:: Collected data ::
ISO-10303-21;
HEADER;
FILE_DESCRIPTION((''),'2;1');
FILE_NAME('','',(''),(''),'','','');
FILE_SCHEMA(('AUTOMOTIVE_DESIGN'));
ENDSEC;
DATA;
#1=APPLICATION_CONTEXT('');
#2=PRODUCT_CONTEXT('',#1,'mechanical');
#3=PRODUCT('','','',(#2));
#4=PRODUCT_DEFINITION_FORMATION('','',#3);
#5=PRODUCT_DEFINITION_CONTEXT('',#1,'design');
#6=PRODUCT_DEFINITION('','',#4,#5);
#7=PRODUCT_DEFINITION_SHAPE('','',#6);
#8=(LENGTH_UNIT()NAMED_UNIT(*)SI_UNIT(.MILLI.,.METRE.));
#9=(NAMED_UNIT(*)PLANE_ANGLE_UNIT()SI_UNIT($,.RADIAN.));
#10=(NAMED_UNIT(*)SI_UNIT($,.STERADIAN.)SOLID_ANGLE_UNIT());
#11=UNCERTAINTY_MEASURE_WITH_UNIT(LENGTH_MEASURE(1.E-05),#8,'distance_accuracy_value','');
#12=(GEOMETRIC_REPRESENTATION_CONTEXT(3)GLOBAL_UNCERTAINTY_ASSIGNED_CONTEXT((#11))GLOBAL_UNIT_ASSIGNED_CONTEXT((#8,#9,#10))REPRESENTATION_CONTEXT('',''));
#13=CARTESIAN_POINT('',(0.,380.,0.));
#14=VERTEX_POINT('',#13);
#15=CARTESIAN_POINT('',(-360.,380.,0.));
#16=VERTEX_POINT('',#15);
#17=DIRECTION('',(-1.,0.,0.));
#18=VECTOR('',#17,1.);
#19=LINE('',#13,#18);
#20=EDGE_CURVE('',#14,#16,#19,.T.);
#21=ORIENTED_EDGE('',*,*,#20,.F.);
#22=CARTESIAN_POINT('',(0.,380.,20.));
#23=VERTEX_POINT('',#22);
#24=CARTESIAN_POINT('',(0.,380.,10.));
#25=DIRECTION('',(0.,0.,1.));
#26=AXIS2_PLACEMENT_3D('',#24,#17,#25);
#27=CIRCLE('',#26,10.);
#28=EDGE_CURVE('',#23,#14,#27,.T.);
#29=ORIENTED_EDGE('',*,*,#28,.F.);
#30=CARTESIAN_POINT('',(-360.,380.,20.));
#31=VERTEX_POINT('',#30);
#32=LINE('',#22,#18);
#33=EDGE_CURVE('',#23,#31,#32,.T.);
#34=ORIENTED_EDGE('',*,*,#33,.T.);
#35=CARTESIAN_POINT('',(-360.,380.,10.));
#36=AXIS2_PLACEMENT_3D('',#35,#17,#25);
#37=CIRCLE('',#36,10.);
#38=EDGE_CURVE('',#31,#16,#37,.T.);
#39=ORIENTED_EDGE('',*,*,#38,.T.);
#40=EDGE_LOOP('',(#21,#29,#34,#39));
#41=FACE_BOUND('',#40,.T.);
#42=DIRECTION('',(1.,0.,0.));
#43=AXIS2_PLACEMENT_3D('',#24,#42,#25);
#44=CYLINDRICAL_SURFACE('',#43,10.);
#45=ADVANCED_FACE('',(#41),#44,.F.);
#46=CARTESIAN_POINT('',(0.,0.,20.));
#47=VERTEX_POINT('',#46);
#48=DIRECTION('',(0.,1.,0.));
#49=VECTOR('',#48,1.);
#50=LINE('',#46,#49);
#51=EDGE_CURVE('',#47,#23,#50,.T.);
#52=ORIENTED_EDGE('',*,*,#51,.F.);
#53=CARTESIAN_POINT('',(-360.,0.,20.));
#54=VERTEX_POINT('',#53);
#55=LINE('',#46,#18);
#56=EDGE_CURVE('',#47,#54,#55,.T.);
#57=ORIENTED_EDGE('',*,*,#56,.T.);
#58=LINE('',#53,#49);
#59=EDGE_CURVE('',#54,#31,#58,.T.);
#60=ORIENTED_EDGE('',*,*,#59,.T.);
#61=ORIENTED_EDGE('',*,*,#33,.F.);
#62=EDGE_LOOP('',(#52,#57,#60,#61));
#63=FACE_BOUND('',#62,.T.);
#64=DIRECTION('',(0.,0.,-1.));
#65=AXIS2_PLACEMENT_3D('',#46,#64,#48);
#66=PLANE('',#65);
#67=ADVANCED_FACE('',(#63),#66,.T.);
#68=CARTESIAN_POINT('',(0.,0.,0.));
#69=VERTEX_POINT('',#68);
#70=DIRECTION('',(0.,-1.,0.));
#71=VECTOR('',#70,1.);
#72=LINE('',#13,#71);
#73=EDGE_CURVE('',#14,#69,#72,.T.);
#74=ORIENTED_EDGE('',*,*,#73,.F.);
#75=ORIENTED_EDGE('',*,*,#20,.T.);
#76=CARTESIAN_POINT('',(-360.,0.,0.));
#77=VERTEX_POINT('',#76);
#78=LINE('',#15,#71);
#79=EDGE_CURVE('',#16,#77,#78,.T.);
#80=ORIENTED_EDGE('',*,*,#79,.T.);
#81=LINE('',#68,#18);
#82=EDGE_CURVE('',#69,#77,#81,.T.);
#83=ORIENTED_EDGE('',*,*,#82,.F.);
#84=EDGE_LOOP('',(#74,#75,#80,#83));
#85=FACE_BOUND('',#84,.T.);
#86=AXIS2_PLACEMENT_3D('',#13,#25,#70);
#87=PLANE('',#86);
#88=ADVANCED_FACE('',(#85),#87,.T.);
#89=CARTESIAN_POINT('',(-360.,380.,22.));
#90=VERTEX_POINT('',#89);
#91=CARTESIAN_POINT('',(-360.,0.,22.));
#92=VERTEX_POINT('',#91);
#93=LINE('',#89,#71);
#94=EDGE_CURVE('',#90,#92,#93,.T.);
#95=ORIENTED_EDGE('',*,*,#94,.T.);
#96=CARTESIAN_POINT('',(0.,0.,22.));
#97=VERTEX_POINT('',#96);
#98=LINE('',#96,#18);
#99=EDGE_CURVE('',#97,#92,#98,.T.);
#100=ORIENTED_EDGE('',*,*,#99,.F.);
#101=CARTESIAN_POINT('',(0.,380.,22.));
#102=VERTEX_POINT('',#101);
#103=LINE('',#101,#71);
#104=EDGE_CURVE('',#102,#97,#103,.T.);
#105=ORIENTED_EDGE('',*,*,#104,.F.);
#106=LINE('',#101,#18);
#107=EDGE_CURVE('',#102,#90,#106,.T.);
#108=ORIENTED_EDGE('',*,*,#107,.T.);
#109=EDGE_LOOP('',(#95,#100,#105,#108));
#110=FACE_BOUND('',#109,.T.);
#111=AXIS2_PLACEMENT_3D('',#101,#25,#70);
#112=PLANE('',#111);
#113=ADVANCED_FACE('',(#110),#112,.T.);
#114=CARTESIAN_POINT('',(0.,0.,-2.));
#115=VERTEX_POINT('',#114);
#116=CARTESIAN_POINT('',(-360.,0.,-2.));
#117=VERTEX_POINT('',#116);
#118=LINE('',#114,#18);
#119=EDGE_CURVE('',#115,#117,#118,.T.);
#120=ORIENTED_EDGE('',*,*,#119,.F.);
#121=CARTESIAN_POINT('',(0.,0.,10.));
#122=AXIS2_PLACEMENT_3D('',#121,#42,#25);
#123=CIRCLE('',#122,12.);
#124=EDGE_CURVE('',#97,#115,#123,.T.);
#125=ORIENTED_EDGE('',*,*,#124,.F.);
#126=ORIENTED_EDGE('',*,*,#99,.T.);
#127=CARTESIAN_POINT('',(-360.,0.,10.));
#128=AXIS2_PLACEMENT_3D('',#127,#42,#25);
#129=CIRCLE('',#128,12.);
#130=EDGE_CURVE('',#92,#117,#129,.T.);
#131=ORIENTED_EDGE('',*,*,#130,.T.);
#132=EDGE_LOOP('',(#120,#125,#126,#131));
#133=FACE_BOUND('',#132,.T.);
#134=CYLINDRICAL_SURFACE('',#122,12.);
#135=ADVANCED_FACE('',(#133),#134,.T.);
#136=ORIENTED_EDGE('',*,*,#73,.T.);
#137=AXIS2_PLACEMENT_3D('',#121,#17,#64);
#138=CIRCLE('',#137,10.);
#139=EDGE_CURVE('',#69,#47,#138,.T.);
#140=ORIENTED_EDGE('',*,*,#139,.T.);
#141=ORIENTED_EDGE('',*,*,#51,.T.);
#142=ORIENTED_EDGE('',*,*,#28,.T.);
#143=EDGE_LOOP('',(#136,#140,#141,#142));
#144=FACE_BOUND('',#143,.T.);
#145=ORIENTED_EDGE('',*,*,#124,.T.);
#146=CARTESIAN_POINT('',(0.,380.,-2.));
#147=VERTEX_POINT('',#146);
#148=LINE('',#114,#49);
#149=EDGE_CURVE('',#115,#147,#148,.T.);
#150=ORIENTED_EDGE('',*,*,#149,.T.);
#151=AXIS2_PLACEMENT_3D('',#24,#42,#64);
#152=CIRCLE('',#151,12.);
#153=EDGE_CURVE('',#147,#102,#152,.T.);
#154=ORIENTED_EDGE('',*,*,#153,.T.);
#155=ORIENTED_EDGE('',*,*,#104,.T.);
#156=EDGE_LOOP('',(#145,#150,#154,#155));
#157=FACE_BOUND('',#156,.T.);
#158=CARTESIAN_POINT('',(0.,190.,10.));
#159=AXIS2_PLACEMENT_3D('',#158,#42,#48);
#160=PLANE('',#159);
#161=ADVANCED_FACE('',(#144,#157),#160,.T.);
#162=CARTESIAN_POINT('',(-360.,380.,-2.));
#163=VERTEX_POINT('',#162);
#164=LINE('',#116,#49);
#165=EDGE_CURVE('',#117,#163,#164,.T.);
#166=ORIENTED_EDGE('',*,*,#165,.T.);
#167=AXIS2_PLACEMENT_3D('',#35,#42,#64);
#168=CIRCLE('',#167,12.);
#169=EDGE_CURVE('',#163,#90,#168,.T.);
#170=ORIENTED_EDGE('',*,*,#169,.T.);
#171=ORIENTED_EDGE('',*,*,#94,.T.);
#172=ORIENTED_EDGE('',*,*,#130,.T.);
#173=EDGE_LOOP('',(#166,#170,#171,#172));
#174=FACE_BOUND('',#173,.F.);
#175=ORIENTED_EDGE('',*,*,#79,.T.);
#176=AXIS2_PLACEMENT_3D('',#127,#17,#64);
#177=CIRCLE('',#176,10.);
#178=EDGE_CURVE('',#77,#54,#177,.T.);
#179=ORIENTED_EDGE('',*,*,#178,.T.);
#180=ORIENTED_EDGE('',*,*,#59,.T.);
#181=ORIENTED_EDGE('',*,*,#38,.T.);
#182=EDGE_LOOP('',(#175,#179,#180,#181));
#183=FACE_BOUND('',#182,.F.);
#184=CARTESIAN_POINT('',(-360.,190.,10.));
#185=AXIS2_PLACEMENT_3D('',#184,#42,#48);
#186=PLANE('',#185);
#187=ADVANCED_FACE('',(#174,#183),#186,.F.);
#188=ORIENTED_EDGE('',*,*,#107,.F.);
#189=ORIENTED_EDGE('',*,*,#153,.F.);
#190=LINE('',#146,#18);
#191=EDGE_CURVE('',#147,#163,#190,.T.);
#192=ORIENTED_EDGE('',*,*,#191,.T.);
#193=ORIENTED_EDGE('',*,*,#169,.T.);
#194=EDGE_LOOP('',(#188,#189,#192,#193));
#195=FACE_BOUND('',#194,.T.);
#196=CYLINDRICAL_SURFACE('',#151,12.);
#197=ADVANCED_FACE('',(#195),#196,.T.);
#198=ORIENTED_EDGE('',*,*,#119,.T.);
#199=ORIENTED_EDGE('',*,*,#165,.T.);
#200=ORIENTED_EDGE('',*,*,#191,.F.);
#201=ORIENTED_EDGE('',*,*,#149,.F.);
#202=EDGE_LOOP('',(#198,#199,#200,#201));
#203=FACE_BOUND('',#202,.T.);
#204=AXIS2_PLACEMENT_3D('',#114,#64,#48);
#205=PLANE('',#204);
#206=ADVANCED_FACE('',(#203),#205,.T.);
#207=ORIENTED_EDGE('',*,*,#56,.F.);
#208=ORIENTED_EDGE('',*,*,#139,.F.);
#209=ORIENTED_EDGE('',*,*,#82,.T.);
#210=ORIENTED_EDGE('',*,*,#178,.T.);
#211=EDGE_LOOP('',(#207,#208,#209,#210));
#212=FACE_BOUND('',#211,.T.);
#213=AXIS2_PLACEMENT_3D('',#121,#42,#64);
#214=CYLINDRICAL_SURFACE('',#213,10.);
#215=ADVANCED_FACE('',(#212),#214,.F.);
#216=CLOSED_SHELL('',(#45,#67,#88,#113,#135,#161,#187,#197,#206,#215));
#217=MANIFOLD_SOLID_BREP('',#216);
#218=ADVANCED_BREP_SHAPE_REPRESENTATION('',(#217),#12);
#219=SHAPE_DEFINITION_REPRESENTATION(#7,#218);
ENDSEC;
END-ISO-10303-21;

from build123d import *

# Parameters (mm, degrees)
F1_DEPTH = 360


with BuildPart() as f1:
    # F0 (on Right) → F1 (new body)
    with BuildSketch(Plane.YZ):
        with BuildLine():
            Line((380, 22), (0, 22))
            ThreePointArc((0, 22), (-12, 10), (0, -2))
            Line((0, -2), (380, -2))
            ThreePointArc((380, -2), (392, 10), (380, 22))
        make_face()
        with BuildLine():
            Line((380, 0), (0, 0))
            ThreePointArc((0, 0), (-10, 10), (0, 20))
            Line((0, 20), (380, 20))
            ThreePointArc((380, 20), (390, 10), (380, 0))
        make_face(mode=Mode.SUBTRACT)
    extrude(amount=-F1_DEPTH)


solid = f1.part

:: Instructions to follow ::
Restate word for word only the lines above from the line containing "#103=LINE('',#101,#71);" to the line containing "#146=CARTESIAN_POINT('',(0.,380.,-2.));", both of them included.

:: Task result ::
#103=LINE('',#101,#71);
#104=EDGE_CURVE('',#102,#97,#103,.T.);
#105=ORIENTED_EDGE('',*,*,#104,.F.);
#106=LINE('',#101,#18);
#107=EDGE_CURVE('',#102,#90,#106,.T.);
#108=ORIENTED_EDGE('',*,*,#107,.T.);
#109=EDGE_LOOP('',(#95,#100,#105,#108));
#110=FACE_BOUND('',#109,.T.);
#111=AXIS2_PLACEMENT_3D('',#101,#25,#70);
#112=PLANE('',#111);
#113=ADVANCED_FACE('',(#110),#112,.T.);
#114=CARTESIAN_POINT('',(0.,0.,-2.));
#115=VERTEX_POINT('',#114);
#116=CARTESIAN_POINT('',(-360.,0.,-2.));
#117=VERTEX_POINT('',#116);
#118=LINE('',#114,#18);
#119=EDGE_CURVE('',#115,#117,#118,.T.);
#120=ORIENTED_EDGE('',*,*,#119,.F.);
#121=CARTESIAN_POINT('',(0.,0.,10.));
#122=AXIS2_PLACEMENT_3D('',#121,#42,#25);
#123=CIRCLE('',#122,12.);
#124=EDGE_CURVE('',#97,#115,#123,.T.);
#125=ORIENTED_EDGE('',*,*,#124,.F.);
#126=ORIENTED_EDGE('',*,*,#99,.T.);
#127=CARTESIAN_POINT('',(-360.,0.,10.));
#128=AXIS2_PLACEMENT_3D('',#127,#42,#25);
#129=CIRCLE('',#128,12.);
#130=EDGE_CURVE('',#92,#117,#129,.T.);
#131=ORIENTED_EDGE('',*,*,#130,.T.);
#132=EDGE_LOOP('',(#120,#125,#126,#131));
#133=FACE_BOUND('',#132,.T.);
#134=CYLINDRICAL_SURFACE('',#122,12.);
#135=ADVANCED_FACE('',(#133),#134,.T.);
#136=ORIENTED_EDGE('',*,*,#73,.T.);
#137=AXIS2_PLACEMENT_3D('',#121,#17,#64);
#138=CIRCLE('',#137,10.);
#139=EDGE_CURVE('',#69,#47,#138,.T.);
#140=ORIENTED_EDGE('',*,*,#139,.T.);
#141=ORIENTED_EDGE('',*,*,#51,.T.);
#142=ORIENTED_EDGE('',*,*,#28,.T.);
#143=EDGE_LOOP('',(#136,#140,#141,#142));
#144=FACE_BOUND('',#143,.T.);
#145=ORIENTED_EDGE('',*,*,#124,.T.);
#146=CARTESIAN_POINT('',(0.,380.,-2.));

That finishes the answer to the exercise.